--- Data shown Enclosed Below ---

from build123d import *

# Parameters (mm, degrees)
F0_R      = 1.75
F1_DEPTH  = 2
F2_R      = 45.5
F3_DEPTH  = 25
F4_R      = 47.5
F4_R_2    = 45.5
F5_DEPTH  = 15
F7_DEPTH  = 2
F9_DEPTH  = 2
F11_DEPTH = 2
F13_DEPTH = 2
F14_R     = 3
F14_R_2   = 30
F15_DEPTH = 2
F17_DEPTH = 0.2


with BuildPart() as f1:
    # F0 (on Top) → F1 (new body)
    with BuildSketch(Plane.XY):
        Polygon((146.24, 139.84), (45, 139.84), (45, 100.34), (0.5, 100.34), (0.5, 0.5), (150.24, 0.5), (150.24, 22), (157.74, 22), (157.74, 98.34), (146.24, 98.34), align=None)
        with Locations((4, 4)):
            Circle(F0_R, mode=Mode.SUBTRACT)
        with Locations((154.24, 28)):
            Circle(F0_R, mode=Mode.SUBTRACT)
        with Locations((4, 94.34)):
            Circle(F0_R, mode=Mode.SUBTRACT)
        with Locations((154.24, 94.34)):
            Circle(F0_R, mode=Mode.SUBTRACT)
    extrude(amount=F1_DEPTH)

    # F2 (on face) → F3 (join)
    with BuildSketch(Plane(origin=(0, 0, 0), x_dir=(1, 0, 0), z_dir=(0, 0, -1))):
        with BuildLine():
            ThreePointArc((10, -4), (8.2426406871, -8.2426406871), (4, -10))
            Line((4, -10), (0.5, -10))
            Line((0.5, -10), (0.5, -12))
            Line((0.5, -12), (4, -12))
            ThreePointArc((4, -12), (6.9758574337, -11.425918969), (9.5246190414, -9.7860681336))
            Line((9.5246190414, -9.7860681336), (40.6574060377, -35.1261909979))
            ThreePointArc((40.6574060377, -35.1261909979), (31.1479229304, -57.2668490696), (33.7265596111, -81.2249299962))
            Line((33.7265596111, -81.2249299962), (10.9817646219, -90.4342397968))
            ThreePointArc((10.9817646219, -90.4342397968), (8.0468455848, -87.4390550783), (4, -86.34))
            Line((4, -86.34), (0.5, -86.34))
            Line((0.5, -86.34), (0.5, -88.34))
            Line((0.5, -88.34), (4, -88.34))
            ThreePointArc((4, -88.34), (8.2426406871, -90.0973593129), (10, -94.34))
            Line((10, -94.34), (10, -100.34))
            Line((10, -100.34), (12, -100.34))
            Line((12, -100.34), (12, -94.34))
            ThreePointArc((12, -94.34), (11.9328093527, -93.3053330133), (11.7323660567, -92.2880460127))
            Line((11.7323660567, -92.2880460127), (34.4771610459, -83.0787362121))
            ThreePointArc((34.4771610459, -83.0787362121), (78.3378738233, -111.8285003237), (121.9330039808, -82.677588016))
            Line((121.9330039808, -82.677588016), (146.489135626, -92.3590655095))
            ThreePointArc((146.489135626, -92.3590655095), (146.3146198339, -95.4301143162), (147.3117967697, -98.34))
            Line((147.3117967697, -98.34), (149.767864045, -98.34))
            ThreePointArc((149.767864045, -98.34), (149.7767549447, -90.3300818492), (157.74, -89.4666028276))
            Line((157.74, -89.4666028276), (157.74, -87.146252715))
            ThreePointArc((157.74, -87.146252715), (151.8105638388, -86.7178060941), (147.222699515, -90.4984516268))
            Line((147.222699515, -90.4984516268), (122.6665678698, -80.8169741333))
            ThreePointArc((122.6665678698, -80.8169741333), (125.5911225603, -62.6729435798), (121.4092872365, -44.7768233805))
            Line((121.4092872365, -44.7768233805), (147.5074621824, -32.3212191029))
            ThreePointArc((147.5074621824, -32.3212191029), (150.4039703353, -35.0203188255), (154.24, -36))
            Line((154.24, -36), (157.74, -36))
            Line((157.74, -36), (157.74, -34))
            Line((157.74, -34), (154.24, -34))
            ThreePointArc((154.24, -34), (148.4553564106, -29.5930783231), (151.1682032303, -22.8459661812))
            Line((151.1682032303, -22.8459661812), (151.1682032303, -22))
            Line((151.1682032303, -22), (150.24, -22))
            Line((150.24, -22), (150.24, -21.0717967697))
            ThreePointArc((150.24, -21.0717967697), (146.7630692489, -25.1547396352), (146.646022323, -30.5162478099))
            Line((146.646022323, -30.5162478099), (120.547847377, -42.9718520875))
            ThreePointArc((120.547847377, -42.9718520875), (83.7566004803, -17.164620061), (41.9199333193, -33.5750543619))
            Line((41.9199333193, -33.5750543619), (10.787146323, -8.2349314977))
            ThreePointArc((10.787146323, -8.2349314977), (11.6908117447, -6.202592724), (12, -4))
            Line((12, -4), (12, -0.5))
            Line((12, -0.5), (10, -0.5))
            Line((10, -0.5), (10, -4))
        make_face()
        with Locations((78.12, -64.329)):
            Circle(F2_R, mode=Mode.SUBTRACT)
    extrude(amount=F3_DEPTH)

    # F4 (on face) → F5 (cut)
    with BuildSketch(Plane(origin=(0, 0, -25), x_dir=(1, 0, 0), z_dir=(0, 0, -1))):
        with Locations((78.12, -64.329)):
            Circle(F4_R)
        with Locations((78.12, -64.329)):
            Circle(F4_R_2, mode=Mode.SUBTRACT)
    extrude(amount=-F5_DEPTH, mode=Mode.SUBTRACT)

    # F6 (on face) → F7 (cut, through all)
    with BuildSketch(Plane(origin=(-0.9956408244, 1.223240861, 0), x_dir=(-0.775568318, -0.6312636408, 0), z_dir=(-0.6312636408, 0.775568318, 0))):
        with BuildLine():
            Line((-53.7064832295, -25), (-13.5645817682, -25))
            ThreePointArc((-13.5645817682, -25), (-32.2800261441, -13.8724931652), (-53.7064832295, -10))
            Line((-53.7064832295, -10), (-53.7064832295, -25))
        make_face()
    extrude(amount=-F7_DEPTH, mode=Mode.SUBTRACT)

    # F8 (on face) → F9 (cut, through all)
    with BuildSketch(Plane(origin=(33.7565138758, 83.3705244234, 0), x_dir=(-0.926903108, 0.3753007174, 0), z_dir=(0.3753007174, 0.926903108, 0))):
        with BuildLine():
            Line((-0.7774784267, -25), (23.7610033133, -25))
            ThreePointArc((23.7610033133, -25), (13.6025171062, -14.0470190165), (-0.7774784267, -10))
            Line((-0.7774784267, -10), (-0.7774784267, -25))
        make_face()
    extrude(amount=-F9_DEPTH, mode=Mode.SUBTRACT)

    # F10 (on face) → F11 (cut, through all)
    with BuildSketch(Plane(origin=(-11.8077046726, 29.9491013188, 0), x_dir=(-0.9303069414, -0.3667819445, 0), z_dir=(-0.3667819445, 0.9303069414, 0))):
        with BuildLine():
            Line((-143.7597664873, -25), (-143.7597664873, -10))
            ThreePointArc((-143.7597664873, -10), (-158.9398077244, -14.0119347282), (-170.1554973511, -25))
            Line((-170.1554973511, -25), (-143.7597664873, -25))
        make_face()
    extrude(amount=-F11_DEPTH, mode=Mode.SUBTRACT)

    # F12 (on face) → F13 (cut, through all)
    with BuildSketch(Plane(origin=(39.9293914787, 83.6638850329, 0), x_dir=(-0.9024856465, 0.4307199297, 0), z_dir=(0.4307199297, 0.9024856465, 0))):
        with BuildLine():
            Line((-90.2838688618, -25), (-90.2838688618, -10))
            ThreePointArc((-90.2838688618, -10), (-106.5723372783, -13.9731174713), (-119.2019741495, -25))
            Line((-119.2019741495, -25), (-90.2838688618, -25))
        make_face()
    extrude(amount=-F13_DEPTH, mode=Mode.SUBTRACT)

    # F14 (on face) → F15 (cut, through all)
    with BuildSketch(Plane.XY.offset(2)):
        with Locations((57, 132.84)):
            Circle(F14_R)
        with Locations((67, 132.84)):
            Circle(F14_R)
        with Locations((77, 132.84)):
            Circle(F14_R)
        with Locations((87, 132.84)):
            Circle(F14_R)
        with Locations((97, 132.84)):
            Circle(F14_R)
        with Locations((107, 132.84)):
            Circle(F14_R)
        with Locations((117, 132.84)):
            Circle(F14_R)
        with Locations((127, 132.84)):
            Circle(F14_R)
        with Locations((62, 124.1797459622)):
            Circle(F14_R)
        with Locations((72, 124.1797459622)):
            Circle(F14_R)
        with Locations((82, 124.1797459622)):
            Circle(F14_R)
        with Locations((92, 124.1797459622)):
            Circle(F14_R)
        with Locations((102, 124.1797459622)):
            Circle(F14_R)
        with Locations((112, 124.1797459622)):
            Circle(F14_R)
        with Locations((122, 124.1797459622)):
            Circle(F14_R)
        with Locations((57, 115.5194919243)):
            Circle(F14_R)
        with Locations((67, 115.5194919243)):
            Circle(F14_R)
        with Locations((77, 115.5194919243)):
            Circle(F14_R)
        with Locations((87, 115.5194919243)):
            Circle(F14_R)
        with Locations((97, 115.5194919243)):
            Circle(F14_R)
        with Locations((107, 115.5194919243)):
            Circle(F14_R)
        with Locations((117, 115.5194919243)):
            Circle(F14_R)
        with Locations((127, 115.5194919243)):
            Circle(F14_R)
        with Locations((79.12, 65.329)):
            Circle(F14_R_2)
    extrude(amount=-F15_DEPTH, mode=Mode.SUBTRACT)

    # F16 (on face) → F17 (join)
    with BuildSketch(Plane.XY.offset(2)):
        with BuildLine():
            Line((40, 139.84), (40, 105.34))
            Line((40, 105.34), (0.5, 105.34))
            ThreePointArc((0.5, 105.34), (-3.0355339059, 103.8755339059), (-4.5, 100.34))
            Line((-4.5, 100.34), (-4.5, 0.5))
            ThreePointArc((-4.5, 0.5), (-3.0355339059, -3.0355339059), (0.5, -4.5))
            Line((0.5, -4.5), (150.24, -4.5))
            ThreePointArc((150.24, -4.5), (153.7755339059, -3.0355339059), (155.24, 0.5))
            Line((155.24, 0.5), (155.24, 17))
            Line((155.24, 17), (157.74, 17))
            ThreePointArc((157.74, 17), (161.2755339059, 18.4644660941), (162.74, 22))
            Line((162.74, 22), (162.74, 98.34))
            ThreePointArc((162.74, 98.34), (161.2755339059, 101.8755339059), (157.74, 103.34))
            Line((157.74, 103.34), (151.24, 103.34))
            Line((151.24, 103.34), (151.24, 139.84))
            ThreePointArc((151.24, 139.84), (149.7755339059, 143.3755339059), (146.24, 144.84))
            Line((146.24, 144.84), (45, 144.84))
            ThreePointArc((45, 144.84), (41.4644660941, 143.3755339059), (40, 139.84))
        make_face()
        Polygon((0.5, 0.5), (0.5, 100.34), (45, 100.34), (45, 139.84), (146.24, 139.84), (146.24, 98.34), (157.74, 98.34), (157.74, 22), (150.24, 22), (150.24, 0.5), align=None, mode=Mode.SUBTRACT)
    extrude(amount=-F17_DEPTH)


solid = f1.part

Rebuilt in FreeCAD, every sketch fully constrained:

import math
import FreeCAD as App
import Part
import Sketcher

V = App.Vector


def add_polygon(sketch, points):
    """Adds a closed chain of lines whose ends are joined by coincident constraints."""
    first, n = sketch.GeometryCount, len(points)
    for a, b in zip(points, points[1:] + points[:1]):
        sketch.addGeometry(Part.LineSegment(App.Vector(*a, 0), App.Vector(*b, 0)), False)
    for i in range(n):
        sketch.addConstraint(Sketcher.Constraint("Coincident", first + i, 2, first + (i + 1) % n, 1))

doc = App.newDocument("Part")
body = doc.addObject("PartDesign::Body", "Body")

# Sketch on XY plane
sketch1 = doc.addObject("Sketcher::SketchObject", "Sketch")
body.addObject(sketch1)
sketch1.AttachmentSupport = (doc.XY_Plane, [""])
sketch1.MapMode = "FlatFace"
add_polygon(sketch1, [(146.24, 139.84), (45, 139.84), (45, 100.34), (0.5, 100.34), (0.5, 0.5), (150.24, 0.5), (150.24, 22), (157.74, 22), (157.74, 98.34), (146.24, 98.34)])  # lines 0-9
sketch1.addGeometry(Part.Circle(V(4, 4, 0), V(0, 0, 1), 1.75), False)  # 10
sketch1.addGeometry(Part.Circle(V(154.24, 28, 0), V(0, 0, 1), 1.75), False)  # 11
sketch1.addGeometry(Part.Circle(V(4, 94.34, 0), V(0, 0, 1), 1.75), False)  # 12
sketch1.addGeometry(Part.Circle(V(154.24, 94.34, 0), V(0, 0, 1), 1.75), False)  # 13
sketch1.addConstraint(Sketcher.Constraint("Horizontal", 0))
sketch1.addConstraint(Sketcher.Constraint("Vertical", 1))
sketch1.addConstraint(Sketcher.Constraint("Horizontal", 2))
sketch1.addConstraint(Sketcher.Constraint("Vertical", 3))
sketch1.addConstraint(Sketcher.Constraint("Horizontal", 4))
sketch1.addConstraint(Sketcher.Constraint("Vertical", 5))
sketch1.addConstraint(Sketcher.Constraint("Horizontal", 6))
sketch1.addConstraint(Sketcher.Constraint("Vertical", 7))
sketch1.addConstraint(Sketcher.Constraint("Horizontal", 8))
sketch1.addConstraint(Sketcher.Constraint("Vertical", 9))
sketch1.addConstraint(Sketcher.Constraint("Equal", 10, 11))
sketch1.addConstraint(Sketcher.Constraint("Equal", 11, 12))
sketch1.addConstraint(Sketcher.Constraint("Equal", 12, 13))
sketch1.addConstraint(Sketcher.Constraint("Horizontal", 12, 3, 13, 3))
sketch1.addConstraint(Sketcher.Constraint("Vertical", 10, 3, 12, 3))
sketch1.addConstraint(Sketcher.Constraint("Vertical", 11, 3, 13, 3))
sketch1.addConstraint(Sketcher.Constraint("Diameter", 10, 3.5))
sketch1.addConstraint(Sketcher.Constraint("DistanceX", 2, 2, 2, 1, 44.5))
sketch1.addConstraint(Sketcher.Constraint("DistanceX", 6, 1, 6, 2, 7.5))
sketch1.addConstraint(Sketcher.Constraint("DistanceX", 8, 2, 8, 1, 11.5))
sketch1.addConstraint(Sketcher.Constraint("DistanceY", 1, 2, 1, 1, 39.5))
sketch1.addConstraint(Sketcher.Constraint("DistanceY", 5, 1, 5, 2, 21.5))
sketch1.addConstraint(Sketcher.Constraint("DistanceY", 9, 1, 9, 2, 41.5))
sketch1.addConstraint(Sketcher.Constraint("DistanceX", -1, 1, 10, 3, 4.0))
sketch1.addConstraint(Sketcher.Constraint("DistanceY", -1, 1, 10, 3, 4.0))
sketch1.addConstraint(Sketcher.Constraint("DistanceY", -1, 1, 11, 3, 28.0))
sketch1.addConstraint(Sketcher.Constraint("DistanceX", -1, 1, 0, 2, 45.0))
sketch1.addConstraint(Sketcher.Constraint("DistanceY", -1, 1, 5, 2, 22.0))
sketch1.addConstraint(Sketcher.Constraint("DistanceY", 12, 3, 1, 2, 6.0))
sketch1.addConstraint(Sketcher.Constraint("DistanceX", 4, 2, 11, 3, 4.0))
sketch1.addConstraint(Sketcher.Constraint("DistanceX", 0, 2, 0, 1, 101.24))
sketch1.addConstraint(Sketcher.Constraint("DistanceY", 3, 2, 3, 1, 99.84))
pad1 = doc.addObject("PartDesign::Pad", "Pad")
body.addObject(pad1)
pad1.Profile = sketch1
pad1.Length = 2

# Sketch on XY plane
sketch2 = doc.addObject("Sketcher::SketchObject", "Sketch001")
body.addObject(sketch2)
sketch2.AttachmentSupport = (doc.XY_Plane, [""])
sketch2.MapMode = "FlatFace"
sketch2.addGeometry(Part.ArcOfCircle(Part.Circle(V(4, 4, 0), V(0, 0, 1), 6), math.radians(0), math.radians(90)), False)
sketch2.addGeometry(Part.LineSegment(V(4, 10, 0), V(0.5, 10, 0)), False)
sketch2.addGeometry(Part.LineSegment(V(0.5, 10, 0), V(0.5, 12, 0)), False)
sketch2.addGeometry(Part.LineSegment(V(0.5, 12, 0), V(4, 12, 0)), False)
sketch2.addGeometry(Part.ArcOfCircle(Part.Circle(V(4, 4, 0), V(0, 0, 1), 8), math.radians(46.324169), math.radians(90)), False)
sketch2.addGeometry(Part.LineSegment(V(9.524619, 9.786068, 0), V(40.657406, 35.126191, 0)), False)
sketch2.addGeometry(Part.ArcOfCircle(Part.Circle(V(78.12, 64.329, 0), V(0, 0, 1), 47.5), math.radians(159.163416), math.radians(217.937097)), False)
sketch2.addGeometry(Part.LineSegment(V(33.72656, 81.22493, 0), V(10.981765, 90.43424, 0)), False)
sketch2.addGeometry(Part.ArcOfCircle(Part.Circle(V(4, 94.34, 0), V(0, 0, 1), 8), math.radians(-90), math.radians(-29.223656)), False)
sketch2.addGeometry(Part.LineSegment(V(4, 86.34, 0), V(0.5, 86.34, 0)), False)
sketch2.addGeometry(Part.LineSegment(V(0.5, 86.34, 0), V(0.5, 88.34, 0)), False)
sketch2.addGeometry(Part.LineSegment(V(0.5, 88.34, 0), V(4, 88.34, 0)), False)
sketch2.addGeometry(Part.ArcOfCircle(Part.Circle(V(4, 94.34, 0), V(0, 0, 1), 6), math.radians(-90), math.radians(0)), False)
sketch2.addGeometry(Part.LineSegment(V(10, 94.34, 0), V(10, 100.34, 0)), False)
sketch2.addGeometry(Part.LineSegment(V(10, 100.34, 0), V(12, 100.34, 0)), False)
sketch2.addGeometry(Part.LineSegment(V(12, 100.34, 0), V(12, 94.34, 0)), False)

--- End of Enclosed Data shown ---

Exercise requirements » Beginning with the line containing "Line((-0.7774784267, -10), (-0.7774784267, -25))" in the material above, copy every line exactly until you have copied the line containing "-14.0119347282), (-170.1554973511, -25))".

Finished task »
            Line((-0.7774784267, -10), (-0.7774784267, -25))
        make_face()
    extrude(amount=-F9_DEPTH, mode=Mode.SUBTRACT)

    # F10 (on face) → F11 (cut, through all)
    with BuildSketch(Plane(origin=(-11.8077046726, 29.9491013188, 0), x_dir=(-0.9303069414, -0.3667819445, 0), z_dir=(-0.3667819445, 0.9303069414, 0))):
        with BuildLine():
            Line((-143.7597664873, -25), (-143.7597664873, -10))
            ThreePointArc((-143.7597664873, -10), (-158.9398077244, -14.0119347282), (-170.1554973511, -25))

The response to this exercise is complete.